# Tracking copyrighted images across Internet



## RichardC (Jul 22, 2015)

Somewhat new to LR, and using v.4.4, though will probably move to CC soon.

I am looking for a way to be able to search for any of my images that may have been scraped from my websites or the sites I've sold rights to, to discover unauthorized use.  My first thoughts are that it might be do-able through metadata.  I know there are commercial services that offer such services; however, I have to believe, with all the current indexing of the Internet, that one could be able to schedule an ongoing search.

Thoughts???


----------



## LouieSherwin (Jul 22, 2015)

Hi I've found one. I discovered it while playing with Google image search. Google apparently uses a pretty interesting search that uses the actual image pixels instead of metadata. Unfortunately most image sites including the most common in use strip almost all of your metadata. And even with the metadata that they do keep they are all over the map in terms of how they store, label and index it for search or viewing. 

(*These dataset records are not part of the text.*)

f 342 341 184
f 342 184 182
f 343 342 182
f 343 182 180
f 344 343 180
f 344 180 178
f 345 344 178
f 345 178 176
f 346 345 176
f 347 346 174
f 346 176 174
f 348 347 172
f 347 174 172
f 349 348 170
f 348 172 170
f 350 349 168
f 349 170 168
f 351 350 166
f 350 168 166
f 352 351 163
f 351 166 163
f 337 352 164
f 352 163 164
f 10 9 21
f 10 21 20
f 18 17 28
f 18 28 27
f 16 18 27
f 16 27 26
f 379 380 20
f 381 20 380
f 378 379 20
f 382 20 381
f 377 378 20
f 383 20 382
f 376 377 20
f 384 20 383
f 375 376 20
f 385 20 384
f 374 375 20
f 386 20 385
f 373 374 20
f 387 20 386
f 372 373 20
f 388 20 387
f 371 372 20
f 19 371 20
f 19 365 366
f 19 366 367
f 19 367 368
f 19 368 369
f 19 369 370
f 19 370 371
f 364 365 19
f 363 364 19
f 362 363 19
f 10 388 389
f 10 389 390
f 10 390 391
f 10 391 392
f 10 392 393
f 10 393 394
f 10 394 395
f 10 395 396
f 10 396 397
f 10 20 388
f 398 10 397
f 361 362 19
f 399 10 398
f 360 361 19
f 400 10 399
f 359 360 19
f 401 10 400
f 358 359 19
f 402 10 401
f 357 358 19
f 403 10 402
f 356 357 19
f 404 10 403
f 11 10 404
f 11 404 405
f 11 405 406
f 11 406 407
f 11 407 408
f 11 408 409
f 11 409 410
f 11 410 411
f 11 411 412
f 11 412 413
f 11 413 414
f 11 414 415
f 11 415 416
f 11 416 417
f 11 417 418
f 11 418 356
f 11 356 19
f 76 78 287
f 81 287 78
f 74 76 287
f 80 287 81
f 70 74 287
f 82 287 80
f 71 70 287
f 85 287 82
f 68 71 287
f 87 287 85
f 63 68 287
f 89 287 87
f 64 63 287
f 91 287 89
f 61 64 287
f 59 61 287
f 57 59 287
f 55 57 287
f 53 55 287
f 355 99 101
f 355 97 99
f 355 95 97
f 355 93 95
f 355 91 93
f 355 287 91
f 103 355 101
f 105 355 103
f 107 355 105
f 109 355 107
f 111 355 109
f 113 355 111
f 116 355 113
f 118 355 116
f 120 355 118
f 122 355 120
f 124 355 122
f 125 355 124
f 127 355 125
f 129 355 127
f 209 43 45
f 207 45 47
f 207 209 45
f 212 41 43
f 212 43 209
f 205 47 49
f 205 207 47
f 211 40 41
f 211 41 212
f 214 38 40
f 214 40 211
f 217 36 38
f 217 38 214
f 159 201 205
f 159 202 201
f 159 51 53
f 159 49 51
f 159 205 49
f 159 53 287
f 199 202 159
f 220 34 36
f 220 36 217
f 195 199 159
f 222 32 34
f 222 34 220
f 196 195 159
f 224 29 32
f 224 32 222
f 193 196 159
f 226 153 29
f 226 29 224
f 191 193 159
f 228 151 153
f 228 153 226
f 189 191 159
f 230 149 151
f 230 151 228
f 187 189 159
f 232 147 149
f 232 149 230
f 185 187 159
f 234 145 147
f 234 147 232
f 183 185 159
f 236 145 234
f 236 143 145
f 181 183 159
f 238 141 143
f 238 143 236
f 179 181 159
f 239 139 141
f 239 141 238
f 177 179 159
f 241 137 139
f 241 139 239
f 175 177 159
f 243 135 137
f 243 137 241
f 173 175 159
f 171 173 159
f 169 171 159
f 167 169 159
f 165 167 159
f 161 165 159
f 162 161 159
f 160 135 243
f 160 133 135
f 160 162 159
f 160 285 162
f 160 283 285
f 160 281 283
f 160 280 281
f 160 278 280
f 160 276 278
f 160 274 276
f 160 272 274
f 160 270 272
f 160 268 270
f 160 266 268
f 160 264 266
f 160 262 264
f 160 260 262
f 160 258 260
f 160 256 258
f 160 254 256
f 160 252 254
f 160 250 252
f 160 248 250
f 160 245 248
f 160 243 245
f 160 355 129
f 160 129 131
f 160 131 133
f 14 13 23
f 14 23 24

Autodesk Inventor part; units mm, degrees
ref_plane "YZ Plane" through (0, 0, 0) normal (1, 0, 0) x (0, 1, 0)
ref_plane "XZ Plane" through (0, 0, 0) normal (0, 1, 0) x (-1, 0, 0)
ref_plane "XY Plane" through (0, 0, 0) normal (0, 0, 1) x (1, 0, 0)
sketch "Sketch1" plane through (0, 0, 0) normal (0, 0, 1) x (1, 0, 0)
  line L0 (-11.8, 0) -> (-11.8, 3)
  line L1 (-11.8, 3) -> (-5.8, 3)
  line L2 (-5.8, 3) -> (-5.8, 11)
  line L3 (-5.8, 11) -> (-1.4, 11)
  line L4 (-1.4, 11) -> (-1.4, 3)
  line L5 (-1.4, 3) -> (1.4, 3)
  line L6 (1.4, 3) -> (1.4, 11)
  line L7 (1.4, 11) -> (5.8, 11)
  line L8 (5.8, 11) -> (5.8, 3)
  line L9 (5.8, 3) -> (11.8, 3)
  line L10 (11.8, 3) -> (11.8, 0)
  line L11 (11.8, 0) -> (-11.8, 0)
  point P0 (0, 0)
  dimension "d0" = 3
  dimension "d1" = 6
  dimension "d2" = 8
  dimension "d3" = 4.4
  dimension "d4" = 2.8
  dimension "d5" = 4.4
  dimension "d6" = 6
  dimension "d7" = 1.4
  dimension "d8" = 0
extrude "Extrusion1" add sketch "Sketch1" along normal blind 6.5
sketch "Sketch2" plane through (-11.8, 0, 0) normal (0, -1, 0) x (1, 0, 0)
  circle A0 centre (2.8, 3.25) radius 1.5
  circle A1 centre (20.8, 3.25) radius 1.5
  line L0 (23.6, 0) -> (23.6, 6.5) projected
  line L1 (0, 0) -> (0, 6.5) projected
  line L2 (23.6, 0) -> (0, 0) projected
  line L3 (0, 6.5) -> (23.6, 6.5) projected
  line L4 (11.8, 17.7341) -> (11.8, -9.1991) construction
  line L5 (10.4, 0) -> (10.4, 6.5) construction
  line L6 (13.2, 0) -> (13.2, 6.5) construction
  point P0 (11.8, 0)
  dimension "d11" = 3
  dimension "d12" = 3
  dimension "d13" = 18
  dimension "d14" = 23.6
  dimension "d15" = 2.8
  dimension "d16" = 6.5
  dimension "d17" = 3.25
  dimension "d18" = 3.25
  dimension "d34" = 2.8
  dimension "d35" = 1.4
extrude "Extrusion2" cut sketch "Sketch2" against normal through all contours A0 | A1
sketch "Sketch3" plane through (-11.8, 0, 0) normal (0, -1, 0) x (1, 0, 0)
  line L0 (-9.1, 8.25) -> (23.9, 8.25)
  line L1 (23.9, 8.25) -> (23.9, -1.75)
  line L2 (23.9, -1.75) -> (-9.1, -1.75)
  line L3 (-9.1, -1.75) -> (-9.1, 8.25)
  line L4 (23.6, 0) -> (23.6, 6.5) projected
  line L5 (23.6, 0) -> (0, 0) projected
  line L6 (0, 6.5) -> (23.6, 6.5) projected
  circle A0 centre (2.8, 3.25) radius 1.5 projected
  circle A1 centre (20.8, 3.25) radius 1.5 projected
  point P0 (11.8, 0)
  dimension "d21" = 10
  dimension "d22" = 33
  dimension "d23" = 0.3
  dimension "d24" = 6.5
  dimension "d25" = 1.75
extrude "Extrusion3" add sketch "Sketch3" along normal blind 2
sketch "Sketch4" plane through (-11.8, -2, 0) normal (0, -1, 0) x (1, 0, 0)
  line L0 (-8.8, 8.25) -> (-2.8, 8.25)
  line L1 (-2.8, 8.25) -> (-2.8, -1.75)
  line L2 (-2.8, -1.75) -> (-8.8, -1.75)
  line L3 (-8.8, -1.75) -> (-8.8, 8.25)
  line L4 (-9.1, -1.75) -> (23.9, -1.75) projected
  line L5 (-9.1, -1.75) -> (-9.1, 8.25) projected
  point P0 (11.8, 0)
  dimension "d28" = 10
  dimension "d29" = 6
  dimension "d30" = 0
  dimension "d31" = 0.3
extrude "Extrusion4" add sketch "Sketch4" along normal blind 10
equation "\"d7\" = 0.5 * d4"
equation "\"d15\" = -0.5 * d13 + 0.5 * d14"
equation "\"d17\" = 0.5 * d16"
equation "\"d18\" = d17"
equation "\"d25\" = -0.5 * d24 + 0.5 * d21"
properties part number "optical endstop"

I only upload low resolution images, include a watermark of some kind and simply expect that there will be some additional usage of those. The vast majority of people who are casually copying images are just doing so for personal use. 

The best protection against potential abuse is to register all your published images with US Copyright Office. Then if some big organization makes unauthorized  commercial use of your images you have a solid legal grounds to receive compensation. 

-louie


----------